=== Task description ===
Only the lines below between the ones containing "v -17.707 36 -16.293" and "v 17.707 8.536 -16.293", inclusive, are to be reproduced, each exactly as it stands.

=== Supplied records ===
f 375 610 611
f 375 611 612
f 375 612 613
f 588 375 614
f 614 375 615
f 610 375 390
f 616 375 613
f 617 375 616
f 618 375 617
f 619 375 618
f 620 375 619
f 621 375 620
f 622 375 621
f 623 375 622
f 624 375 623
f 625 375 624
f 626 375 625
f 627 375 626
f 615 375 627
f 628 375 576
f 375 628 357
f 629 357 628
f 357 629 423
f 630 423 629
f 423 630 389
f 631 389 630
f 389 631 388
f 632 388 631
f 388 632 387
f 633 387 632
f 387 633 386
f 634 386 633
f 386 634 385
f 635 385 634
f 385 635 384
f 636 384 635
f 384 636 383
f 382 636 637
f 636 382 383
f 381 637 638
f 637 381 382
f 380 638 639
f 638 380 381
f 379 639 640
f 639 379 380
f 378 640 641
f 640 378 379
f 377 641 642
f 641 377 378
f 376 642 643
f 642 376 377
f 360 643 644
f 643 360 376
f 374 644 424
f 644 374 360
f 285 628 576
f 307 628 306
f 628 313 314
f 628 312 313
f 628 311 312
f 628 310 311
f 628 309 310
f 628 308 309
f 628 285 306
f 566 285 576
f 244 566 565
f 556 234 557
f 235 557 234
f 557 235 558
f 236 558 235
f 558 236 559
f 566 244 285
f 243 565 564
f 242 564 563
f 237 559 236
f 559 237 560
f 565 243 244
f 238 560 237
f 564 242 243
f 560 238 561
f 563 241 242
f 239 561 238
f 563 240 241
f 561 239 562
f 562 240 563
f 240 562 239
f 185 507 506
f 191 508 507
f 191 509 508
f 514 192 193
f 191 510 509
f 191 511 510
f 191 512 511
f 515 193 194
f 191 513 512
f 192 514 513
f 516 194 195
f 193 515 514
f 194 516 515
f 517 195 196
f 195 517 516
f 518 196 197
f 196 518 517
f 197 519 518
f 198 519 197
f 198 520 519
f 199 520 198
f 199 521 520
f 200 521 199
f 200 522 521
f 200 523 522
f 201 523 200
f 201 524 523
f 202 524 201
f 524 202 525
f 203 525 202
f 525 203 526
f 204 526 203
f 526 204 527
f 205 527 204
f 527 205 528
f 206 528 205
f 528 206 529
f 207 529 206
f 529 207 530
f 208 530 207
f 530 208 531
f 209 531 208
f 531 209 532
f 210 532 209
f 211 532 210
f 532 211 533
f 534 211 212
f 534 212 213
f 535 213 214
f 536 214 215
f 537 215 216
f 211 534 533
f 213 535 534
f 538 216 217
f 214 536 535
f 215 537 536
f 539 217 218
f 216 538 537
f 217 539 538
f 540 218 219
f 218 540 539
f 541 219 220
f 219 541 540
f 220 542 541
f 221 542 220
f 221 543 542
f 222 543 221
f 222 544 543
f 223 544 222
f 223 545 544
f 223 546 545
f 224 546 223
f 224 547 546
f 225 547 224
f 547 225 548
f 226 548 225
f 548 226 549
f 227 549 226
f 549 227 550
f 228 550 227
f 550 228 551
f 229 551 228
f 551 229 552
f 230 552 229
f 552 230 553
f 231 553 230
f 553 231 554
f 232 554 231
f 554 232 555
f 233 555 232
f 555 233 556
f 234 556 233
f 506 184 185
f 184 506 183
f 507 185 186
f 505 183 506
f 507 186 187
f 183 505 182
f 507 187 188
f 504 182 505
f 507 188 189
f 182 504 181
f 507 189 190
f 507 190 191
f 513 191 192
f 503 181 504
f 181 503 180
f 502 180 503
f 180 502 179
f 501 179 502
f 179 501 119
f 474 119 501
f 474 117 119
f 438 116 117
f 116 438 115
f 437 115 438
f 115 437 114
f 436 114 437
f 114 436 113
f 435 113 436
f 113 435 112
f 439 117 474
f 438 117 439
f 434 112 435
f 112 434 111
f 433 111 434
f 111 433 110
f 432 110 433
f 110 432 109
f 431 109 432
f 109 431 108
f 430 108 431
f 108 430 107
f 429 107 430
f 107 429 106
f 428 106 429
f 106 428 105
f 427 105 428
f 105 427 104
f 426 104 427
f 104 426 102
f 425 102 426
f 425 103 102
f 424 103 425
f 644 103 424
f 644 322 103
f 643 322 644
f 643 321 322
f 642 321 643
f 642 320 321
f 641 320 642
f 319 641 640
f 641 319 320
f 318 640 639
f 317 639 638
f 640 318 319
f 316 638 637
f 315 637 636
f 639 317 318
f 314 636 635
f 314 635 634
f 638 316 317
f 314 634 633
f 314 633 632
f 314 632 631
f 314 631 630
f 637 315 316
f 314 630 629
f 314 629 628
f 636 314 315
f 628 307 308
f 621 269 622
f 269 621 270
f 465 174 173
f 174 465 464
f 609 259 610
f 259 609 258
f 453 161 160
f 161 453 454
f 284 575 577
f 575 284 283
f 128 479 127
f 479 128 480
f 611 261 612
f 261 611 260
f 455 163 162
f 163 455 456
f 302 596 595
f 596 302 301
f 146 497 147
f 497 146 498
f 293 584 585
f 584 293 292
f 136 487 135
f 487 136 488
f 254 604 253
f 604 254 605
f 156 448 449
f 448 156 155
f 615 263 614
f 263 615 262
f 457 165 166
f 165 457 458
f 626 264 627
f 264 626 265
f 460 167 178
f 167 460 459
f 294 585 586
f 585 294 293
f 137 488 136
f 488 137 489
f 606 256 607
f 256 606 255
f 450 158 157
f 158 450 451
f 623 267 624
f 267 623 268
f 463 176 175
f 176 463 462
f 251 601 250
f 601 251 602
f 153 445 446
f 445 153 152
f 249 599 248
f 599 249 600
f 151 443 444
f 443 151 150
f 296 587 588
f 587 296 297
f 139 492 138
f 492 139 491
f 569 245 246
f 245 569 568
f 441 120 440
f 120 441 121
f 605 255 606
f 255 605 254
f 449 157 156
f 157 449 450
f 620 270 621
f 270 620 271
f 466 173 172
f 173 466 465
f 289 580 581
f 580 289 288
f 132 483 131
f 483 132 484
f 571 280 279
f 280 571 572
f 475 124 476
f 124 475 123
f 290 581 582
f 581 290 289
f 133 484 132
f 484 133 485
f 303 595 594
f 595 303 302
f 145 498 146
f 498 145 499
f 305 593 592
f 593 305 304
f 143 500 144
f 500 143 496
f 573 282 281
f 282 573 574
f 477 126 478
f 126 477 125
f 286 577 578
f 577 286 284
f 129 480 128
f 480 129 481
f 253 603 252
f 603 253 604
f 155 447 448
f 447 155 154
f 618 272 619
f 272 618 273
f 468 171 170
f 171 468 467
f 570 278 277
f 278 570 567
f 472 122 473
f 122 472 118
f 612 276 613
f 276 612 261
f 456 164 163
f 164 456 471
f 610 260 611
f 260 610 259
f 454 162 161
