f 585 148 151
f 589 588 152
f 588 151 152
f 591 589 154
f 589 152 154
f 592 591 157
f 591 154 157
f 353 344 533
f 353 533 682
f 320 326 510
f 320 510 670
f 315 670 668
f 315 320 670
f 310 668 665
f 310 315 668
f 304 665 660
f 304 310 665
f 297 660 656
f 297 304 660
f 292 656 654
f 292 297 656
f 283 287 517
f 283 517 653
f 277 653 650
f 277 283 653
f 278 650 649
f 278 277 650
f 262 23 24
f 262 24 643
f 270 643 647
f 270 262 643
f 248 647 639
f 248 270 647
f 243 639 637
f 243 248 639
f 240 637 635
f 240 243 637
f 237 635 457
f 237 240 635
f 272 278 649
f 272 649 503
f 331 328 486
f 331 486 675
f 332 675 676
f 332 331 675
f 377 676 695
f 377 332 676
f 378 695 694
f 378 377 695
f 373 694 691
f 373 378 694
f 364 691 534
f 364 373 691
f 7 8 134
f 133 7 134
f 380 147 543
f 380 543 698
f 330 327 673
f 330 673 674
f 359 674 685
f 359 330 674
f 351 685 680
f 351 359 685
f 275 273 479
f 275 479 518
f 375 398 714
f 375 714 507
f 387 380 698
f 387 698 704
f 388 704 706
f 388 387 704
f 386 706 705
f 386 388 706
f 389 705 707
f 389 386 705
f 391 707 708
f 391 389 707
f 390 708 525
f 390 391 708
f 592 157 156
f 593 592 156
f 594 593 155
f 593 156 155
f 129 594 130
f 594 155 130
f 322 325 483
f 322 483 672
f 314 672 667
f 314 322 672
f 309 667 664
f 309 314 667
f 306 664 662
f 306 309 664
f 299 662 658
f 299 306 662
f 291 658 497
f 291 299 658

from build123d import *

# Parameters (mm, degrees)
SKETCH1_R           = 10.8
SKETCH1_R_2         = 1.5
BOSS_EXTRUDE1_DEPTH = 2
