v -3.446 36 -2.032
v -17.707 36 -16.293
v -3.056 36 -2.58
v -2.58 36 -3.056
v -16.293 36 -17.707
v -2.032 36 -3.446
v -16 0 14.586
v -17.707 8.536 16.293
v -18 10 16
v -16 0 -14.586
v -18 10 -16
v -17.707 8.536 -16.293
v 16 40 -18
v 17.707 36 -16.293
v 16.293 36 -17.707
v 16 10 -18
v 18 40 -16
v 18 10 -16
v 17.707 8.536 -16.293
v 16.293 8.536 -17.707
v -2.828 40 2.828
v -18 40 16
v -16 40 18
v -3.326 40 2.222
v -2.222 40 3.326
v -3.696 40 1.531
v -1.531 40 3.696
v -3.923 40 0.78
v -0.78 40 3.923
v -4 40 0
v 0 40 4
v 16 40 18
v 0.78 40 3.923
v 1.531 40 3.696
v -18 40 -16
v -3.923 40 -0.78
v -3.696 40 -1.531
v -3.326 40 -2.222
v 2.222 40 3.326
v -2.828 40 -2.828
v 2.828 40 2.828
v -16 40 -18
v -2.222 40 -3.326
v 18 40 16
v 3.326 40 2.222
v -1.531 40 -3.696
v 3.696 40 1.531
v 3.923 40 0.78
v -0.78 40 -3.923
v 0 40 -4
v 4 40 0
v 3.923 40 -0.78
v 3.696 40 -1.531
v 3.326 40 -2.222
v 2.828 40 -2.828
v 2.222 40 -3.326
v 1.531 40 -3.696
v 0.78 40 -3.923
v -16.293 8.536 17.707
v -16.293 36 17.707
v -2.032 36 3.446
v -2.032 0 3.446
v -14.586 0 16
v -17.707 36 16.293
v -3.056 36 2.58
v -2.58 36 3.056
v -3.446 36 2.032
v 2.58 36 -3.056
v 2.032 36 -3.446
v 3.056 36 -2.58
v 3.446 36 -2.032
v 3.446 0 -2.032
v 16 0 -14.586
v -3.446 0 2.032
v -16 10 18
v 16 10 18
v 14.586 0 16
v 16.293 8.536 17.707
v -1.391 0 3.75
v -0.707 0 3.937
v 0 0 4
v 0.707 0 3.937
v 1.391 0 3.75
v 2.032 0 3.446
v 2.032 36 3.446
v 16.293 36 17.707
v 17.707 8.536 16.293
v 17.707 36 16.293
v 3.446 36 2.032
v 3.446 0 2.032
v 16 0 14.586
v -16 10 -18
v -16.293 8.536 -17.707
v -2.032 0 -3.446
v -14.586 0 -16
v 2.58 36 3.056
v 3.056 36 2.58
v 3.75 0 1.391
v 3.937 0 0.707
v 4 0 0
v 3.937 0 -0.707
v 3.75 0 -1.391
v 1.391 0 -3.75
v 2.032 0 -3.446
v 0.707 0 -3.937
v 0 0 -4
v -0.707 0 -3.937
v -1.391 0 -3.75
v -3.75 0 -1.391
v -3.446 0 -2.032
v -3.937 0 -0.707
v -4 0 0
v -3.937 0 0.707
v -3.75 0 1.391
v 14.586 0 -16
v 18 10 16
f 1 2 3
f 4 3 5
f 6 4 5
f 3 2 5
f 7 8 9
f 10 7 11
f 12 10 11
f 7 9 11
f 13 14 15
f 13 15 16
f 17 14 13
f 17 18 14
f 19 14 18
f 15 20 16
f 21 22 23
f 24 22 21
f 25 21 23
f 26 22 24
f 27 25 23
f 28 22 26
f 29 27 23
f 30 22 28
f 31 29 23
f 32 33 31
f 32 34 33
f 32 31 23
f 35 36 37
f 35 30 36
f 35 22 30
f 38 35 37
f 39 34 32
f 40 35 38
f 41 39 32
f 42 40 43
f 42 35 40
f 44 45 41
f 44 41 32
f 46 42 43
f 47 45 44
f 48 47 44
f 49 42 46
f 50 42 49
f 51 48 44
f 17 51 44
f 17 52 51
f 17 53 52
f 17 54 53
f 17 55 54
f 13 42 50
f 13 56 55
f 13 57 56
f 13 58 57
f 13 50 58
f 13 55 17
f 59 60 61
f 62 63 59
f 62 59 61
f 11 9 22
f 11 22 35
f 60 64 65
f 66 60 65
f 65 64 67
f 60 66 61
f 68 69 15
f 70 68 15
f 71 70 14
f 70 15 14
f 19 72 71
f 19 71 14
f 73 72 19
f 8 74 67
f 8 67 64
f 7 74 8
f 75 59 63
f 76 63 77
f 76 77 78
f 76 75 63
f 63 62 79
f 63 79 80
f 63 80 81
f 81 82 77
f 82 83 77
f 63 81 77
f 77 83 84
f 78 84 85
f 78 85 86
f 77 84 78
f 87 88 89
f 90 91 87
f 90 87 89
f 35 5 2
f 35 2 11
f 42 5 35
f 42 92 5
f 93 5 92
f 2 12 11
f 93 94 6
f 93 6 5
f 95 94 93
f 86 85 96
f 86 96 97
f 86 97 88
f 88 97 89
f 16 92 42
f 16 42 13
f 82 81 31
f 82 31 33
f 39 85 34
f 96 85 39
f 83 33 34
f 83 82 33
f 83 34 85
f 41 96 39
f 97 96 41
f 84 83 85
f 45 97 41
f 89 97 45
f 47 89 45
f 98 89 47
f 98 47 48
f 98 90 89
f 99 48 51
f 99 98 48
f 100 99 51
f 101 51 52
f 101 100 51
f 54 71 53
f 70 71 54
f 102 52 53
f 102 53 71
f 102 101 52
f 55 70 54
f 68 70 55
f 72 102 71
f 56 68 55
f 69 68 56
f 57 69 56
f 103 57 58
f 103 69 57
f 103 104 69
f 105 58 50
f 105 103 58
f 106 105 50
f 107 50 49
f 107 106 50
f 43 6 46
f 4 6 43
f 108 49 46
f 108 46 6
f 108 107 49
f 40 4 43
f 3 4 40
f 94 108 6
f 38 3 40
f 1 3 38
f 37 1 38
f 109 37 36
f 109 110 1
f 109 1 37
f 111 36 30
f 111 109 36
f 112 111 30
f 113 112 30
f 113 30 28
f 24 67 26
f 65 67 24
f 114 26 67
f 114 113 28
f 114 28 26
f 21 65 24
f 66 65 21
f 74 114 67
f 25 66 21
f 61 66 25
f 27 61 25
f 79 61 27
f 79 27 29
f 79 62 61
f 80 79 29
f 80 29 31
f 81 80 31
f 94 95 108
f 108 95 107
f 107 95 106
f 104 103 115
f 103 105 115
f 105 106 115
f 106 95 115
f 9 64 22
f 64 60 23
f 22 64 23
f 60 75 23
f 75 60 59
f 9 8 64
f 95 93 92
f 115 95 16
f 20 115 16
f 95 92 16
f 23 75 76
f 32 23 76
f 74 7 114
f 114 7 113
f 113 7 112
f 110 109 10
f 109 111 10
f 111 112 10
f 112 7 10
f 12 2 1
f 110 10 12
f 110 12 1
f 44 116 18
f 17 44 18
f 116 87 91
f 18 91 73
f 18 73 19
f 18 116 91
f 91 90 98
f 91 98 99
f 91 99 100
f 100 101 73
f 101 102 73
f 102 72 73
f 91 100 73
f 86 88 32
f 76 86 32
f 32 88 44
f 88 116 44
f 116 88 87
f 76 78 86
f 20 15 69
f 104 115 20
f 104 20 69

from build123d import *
from OCP.BRepFilletAPI import BRepFilletAPI_MakeChamfer

# Parameters (mm, degrees)
SKETCH1_W           = 36
SKETCH1_H           = 36
SKETCH1_R           = 4
BOSS_EXTRUDE1_DEPTH = 40
CUT_EXTRUDE1_DEPTH  = 36
CHAMFER1_SIZE       = 2
CHAMFER2_SIZE       = 2
CHAMFER2_SIZE2      = 10


with BuildPart() as part:
    # Sketch1 → Boss-Extrude1 (new body)
    with BuildSketch(Plane(origin=(0, 0, 0), x_dir=(1, 0, 0), z_dir=(0, 1, 0))):
        Rectangle(SKETCH1_W, SKETCH1_H)
        with Locations(Location((0, 0, 0), (0, 0, 270))):
            Circle(SKETCH1_R, mode=Mode.SUBTRACT)
    extrude(amount=BOSS_EXTRUDE1_DEPTH)

    # Sketch2 → Cut-Extrude1 (cut)
    with BuildSketch(Plane(origin=(0, 0, 0), x_dir=(1, 0, 0), z_dir=(0, 1, 0))):
        Polygon((-18.585786438, -20), (0, -1.414213562), (18.585786438, -20), (20, -20), (20, -18.585786438), (1.414213562, 0), (20, 18.585786438), (20, 20), (18.585786438, 20), (0, 1.414213562), (-18.585786438, 20), (-20, 20), (-20, 18.585786438), (-1.414213562, 0), (-20, -18.585786438), (-20, -20), align=None)
    extrude(amount=CUT_EXTRUDE1_DEPTH, mode=Mode.SUBTRACT)

    # Chamfer1
    chamfer1_edges = [part.edges().sort_by_distance(p)[0] for p in [
        (-18, 38, -18),
        (18, 38, -18),
        (-18, 38, 18),
        (18, 38, 18),
    ]]
    chamfer(chamfer1_edges, length=CHAMFER1_SIZE)

    # Chamfer2: one chamfer whose edges measure the first distance from different faces: ONE call of the kernel's chamfer builder (chamfer() names one face for all edges)
    chamfer2_edges_1 = [part.edges().sort_by_distance(p)[0] for p in [
        (0, 0, -18),
    ]]
    chamfer2_side_1 = [part.faces().sort_by_distance(p)[0] for p in [
        (0, 0, -12.666463052),
    ]]
    chamfer2_edges_2 = [part.edges().sort_by_distance(p)[0] for p in [
        (18, 0, 0),
    ]]
    chamfer2_side_2 = [part.faces().sort_by_distance(p)[0] for p in [
        (12.666463052, 0, 0),
    ]]
    chamfer2_edges_3 = [part.edges().sort_by_distance(p)[0] for p in [
        (0, 0, 18),
    ]]
    chamfer2_side_3 = [part.faces().sort_by_distance(p)[0] for p in [
        (0, 0, 12.666463052),
    ]]
    chamfer2_edges_4 = [part.edges().sort_by_distance(p)[0] for p in [
        (-18, 0, 0),
    ]]
    chamfer2_side_4 = [part.faces().sort_by_distance(p)[0] for p in [
        (-12.666463052, 0, 0),
    ]]
    chamfer2 = BRepFilletAPI_MakeChamfer(part.part.solid().wrapped)
    for e in chamfer2_edges_1:
        chamfer2.Add(CHAMFER2_SIZE, CHAMFER2_SIZE2, e.wrapped, chamfer2_side_1[0].wrapped)  # the first distance lies on this face
    for e in chamfer2_edges_2:
        chamfer2.Add(CHAMFER2_SIZE, CHAMFER2_SIZE2, e.wrapped, chamfer2_side_2[0].wrapped)  # the first distance lies on this face
    for e in chamfer2_edges_3:
        chamfer2.Add(CHAMFER2_SIZE, CHAMFER2_SIZE2, e.wrapped, chamfer2_side_3[0].wrapped)  # the first distance lies on this face
    for e in chamfer2_edges_4:
        chamfer2.Add(CHAMFER2_SIZE, CHAMFER2_SIZE2, e.wrapped, chamfer2_side_4[0].wrapped)  # the first distance lies on this face
    add(Compound.cast(chamfer2.Shape()), mode=Mode.REPLACE)


solid = part.part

=== Finished task ===
v -17.707 36 -16.293
v -3.056 36 -2.58
v -2.58 36 -3.056
v -16.293 36 -17.707
v -2.032 36 -3.446
v -16 0 14.586
v -17.707 8.536 16.293
v -18 10 16
v -16 0 -14.586
v -18 10 -16
v -17.707 8.536 -16.293
v 16 40 -18
v 17.707 36 -16.293
v 16.293 36 -17.707
v 16 10 -18
v 18 40 -16
v 18 10 -16
v 17.707 8.536 -16.293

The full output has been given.